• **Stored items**
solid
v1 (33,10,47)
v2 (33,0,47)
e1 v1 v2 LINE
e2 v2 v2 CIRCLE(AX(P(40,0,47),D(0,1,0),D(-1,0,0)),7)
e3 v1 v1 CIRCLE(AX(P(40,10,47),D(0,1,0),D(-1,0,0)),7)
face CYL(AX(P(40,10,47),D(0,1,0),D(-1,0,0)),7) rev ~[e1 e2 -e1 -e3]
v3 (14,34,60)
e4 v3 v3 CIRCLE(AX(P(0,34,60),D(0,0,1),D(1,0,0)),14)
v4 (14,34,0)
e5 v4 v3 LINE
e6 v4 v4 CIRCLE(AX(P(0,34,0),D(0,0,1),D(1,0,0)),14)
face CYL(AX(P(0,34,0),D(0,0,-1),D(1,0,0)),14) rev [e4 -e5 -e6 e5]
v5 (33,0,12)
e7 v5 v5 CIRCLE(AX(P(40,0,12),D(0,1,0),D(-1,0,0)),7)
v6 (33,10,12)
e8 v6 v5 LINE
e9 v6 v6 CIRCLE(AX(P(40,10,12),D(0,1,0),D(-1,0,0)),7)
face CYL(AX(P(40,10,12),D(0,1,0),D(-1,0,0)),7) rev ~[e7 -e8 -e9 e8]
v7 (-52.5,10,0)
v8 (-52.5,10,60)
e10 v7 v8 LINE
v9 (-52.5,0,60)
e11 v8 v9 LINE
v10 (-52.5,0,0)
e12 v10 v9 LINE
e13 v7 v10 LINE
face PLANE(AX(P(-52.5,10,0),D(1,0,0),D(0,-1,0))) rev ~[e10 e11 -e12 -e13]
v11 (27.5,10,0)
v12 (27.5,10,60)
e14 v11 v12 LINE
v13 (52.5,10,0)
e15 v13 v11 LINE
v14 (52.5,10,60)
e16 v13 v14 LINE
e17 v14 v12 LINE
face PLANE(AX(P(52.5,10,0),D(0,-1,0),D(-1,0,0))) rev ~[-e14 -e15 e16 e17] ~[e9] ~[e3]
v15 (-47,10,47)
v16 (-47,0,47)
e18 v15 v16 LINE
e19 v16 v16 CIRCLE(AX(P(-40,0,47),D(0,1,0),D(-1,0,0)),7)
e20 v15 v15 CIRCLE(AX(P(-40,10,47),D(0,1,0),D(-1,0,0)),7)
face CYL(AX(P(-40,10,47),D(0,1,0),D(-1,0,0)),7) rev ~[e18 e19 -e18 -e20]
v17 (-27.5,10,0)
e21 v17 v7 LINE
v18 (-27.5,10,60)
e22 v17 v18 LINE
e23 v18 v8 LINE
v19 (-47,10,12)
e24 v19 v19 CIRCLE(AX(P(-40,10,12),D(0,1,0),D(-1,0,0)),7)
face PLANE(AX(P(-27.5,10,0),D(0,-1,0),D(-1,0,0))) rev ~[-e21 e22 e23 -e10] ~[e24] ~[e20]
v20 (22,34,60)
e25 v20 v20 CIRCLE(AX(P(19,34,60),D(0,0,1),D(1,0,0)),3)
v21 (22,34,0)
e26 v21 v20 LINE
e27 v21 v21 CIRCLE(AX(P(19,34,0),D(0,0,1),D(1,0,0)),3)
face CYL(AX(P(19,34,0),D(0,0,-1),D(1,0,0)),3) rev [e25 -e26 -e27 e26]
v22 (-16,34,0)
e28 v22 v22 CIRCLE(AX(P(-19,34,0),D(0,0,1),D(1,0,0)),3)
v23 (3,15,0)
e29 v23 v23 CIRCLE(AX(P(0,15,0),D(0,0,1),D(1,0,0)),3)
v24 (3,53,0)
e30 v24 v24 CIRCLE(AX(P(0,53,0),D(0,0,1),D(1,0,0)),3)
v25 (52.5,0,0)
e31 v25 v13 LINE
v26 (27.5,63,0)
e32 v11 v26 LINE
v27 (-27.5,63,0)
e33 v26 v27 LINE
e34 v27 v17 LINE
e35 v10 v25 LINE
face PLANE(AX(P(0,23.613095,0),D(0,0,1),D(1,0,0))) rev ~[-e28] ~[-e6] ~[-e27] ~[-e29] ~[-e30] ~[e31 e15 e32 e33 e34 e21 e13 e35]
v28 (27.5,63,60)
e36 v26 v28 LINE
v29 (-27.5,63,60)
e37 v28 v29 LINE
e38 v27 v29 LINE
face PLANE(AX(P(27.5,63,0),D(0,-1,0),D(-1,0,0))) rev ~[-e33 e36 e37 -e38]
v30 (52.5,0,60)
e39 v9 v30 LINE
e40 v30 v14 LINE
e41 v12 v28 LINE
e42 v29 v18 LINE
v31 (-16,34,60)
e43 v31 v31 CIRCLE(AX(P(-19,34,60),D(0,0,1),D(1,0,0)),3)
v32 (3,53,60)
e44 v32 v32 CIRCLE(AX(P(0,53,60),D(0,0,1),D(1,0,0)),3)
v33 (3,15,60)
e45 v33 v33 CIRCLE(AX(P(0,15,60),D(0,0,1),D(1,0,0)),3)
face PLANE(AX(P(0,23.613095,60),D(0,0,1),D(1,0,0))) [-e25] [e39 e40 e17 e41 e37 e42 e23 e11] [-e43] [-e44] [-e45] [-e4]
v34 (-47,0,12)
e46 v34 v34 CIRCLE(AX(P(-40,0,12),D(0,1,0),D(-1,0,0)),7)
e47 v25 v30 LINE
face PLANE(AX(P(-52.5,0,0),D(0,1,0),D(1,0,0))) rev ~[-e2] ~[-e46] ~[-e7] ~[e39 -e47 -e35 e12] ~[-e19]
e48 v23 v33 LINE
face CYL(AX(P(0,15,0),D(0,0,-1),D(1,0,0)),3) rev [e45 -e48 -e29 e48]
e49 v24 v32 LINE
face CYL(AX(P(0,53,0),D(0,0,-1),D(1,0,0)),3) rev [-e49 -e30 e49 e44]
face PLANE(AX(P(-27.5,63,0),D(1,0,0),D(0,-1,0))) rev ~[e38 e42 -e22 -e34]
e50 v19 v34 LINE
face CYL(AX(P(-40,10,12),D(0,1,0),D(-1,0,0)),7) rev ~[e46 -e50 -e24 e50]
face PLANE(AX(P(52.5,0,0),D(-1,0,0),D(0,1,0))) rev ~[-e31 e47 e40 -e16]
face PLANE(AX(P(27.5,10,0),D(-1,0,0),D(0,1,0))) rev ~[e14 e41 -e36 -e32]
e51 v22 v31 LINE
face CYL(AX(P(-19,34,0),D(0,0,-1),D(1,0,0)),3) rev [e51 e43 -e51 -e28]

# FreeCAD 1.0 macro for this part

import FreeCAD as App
import Part
import Sketcher
Q = App.Units.Quantity


def add_polygon(sketch, points):
    """Adds a closed chain of lines whose ends are joined by coincident constraints."""
    first, n = sketch.GeometryCount, len(points)
    for a, b in zip(points, points[1:] + points[:1]):
        sketch.addGeometry(Part.LineSegment(App.Vector(*a, 0), App.Vector(*b, 0)), False)
    for i in range(n):
        sketch.addConstraint(Sketcher.Constraint("Coincident", first + i, 2, first + (i + 1) % n, 1))

doc = App.newDocument("Part")
body = doc.addObject("PartDesign::Body", "Body")

# Sketch on XY plane
sketch1 = doc.addObject("Sketcher::SketchObject", "Sketch")
body.addObject(sketch1)
sketch1.AttachmentSupport = (doc.XY_Plane, [""])
sketch1.MapMode = "FlatFace"
add_polygon(sketch1, [(-52.5, 10), (-52.5, 0), (52.5, 0), (52.5, 10), (27.5, 10), (27.5, 63), (-27.5, 63), (-27.5, 10)])  # lines 0-7
sketch1.addGeometry(Part.Circle(App.Vector(0, 15, 0), App.Vector(0, 0, 1), 3), False)  # 8
sketch1.addGeometry(Part.Circle(App.Vector(-19, 34, 0), App.Vector(0, 0, 1), 3), False)  # 9
sketch1.addGeometry(Part.Circle(App.Vector(0, 34, 0), App.Vector(0, 0, 1), 14), False)  # 10
sketch1.addGeometry(Part.Circle(App.Vector(19, 34, 0), App.Vector(0, 0, 1), 3), False)  # 11
sketch1.addGeometry(Part.Circle(App.Vector(0, 53, 0), App.Vector(0, 0, 1), 3), False)  # 12
sketch1.addConstraint([
    Sketcher.Constraint("Vertical", 0),
    Sketcher.Constraint("Horizontal", 1),
    Sketcher.Constraint("Vertical", 2),
    Sketcher.Constraint("Horizontal", 3),
    Sketcher.Constraint("Vertical", 4),
    Sketcher.Constraint("Horizontal", 5),
    Sketcher.Constraint("Vertical", 6),
    Sketcher.Constraint("Horizontal", 7),
    Sketcher.Constraint("Equal", 8, 9),
    Sketcher.Constraint("Equal", 9, 11),
    Sketcher.Constraint("Equal", 11, 12),
    Sketcher.Constraint("Symmetric", 0, 2, 1, 2, -1, 1),
    Sketcher.Constraint("Symmetric", 9, 3, 11, 3, -2),
    Sketcher.Constraint("Symmetric", 3, 2, 6, 2, -2),
    Sketcher.Constraint("PointOnObject", 8, 3, -2),
    Sketcher.Constraint("PointOnObject", 10, 3, -2),
    Sketcher.Constraint("PointOnObject", 12, 3, -2),
    Sketcher.Constraint("Horizontal", 9, 3, 10, 3),
    Sketcher.Constraint("Diameter", 8, Q("6 mm")),
    Sketcher.Constraint("Diameter", 10, Q("28 mm")),
    Sketcher.Constraint("DistanceX", 1, 1, 1, 2, Q("105 mm")),
    Sketcher.Constraint("DistanceX", 3, 2, 3, 1, Q("25 mm")),
    Sketcher.Constraint("DistanceY", 0, 2, 0, 1, Q("10 mm")),
    Sketcher.Constraint("DistanceY", 4, 1, 4, 2, Q("53 mm")),
    Sketcher.Constraint("DistanceY", -1, 1, 8, 3, Q("15 mm")),
    Sketcher.Constraint("DistanceX", 9, 3, -1, 1, Q("19 mm")),
    Sketcher.Constraint("DistanceY", -1, 1, 9, 3, Q("34 mm")),
    Sketcher.Constraint("DistanceY", -1, 1, 12, 3, Q("53 mm")),
])
pad1 = doc.addObject("PartDesign::Pad", "Pad")
body.addObject(pad1)
pad1.Profile = sketch1
pad1.Length = 60

# Sketch on XZ plane
sketch2 = doc.addObject("Sketcher::SketchObject", "Sketch001")
body.addObject(sketch2)
sketch2.AttachmentSupport = (doc.XZ_Plane, [""])
sketch2.MapMode = "FlatFace"
sketch2.AttachmentOffset = App.Placement(App.Vector(0, 0, -10), App.Rotation())
sketch2.addGeometry([
    Part.Circle(App.Vector(40, 47, 0), App.Vector(0, 0, 1), 7),
    Part.Circle(App.Vector(40, 12, 0), App.Vector(0, 0, 1), 7),
    Part.Circle(App.Vector(-40, 47, 0), App.Vector(0, 0, 1), 7),
    Part.Circle(App.Vector(-40, 12, 0), App.Vector(0, 0, 1), 7),
], False)
sketch2.addConstraint([
    Sketcher.Constraint("Equal", 0, 1),
    Sketcher.Constraint("Equal", 1, 2),
    Sketcher.Constraint("Equal", 2, 3),
    Sketcher.Constraint("Symmetric", 0, 3, 2, 3, -2),
    Sketcher.Constraint("Symmetric", 1, 3, 3, 3, -2),
    Sketcher.Constraint("Vertical", 0, 3, 1, 3),
    Sketcher.Constraint("Diameter", 0, Q("14 mm")),
    Sketcher.Constraint("DistanceX", -1, 1, 0, 3, Q("40 mm")),
    Sketcher.Constraint("DistanceY", -1, 1, 0, 3, Q("47 mm")),
    Sketcher.Constraint("DistanceY", -1, 1, 1, 3, Q("12 mm")),
])
pocket1 = doc.addObject("PartDesign::Pocket", "Pocket")
body.addObject(pocket1)
pocket1.Profile = sketch2
pocket1.Length = 25
pocket1.Reversed = True

doc.recompute()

• **Try it**
Transcribe the lines above between the line holding "v8 (-52.5,10,60)" and the line holding "v22 (-16,34,0)", inclusive, exactly as they stand and with nothing added.

• **Solution to this problem**
v8 (-52.5,10,60)
e10 v7 v8 LINE
v9 (-52.5,0,60)
e11 v8 v9 LINE
v10 (-52.5,0,0)
e12 v10 v9 LINE
e13 v7 v10 LINE
face PLANE(AX(P(-52.5,10,0),D(1,0,0),D(0,-1,0))) rev ~[e10 e11 -e12 -e13]
v11 (27.5,10,0)
v12 (27.5,10,60)
e14 v11 v12 LINE
v13 (52.5,10,0)
e15 v13 v11 LINE
v14 (52.5,10,60)
e16 v13 v14 LINE
e17 v14 v12 LINE
face PLANE(AX(P(52.5,10,0),D(0,-1,0),D(-1,0,0))) rev ~[-e14 -e15 e16 e17] ~[e9] ~[e3]
v15 (-47,10,47)
v16 (-47,0,47)
e18 v15 v16 LINE
e19 v16 v16 CIRCLE(AX(P(-40,0,47),D(0,1,0),D(-1,0,0)),7)
e20 v15 v15 CIRCLE(AX(P(-40,10,47),D(0,1,0),D(-1,0,0)),7)
face CYL(AX(P(-40,10,47),D(0,1,0),D(-1,0,0)),7) rev ~[e18 e19 -e18 -e20]
v17 (-27.5,10,0)
e21 v17 v7 LINE
v18 (-27.5,10,60)
e22 v17 v18 LINE
e23 v18 v8 LINE
v19 (-47,10,12)
e24 v19 v19 CIRCLE(AX(P(-40,10,12),D(0,1,0),D(-1,0,0)),7)
face PLANE(AX(P(-27.5,10,0),D(0,-1,0),D(-1,0,0))) rev ~[-e21 e22 e23 -e10] ~[e24] ~[e20]
v20 (22,34,60)
e25 v20 v20 CIRCLE(AX(P(19,34,60),D(0,0,1),D(1,0,0)),3)
v21 (22,34,0)
e26 v21 v20 LINE
e27 v21 v21 CIRCLE(AX(P(19,34,0),D(0,0,1),D(1,0,0)),3)
face CYL(AX(P(19,34,0),D(0,0,-1),D(1,0,0)),3) rev [e25 -e26 -e27 e26]
v22 (-16,34,0)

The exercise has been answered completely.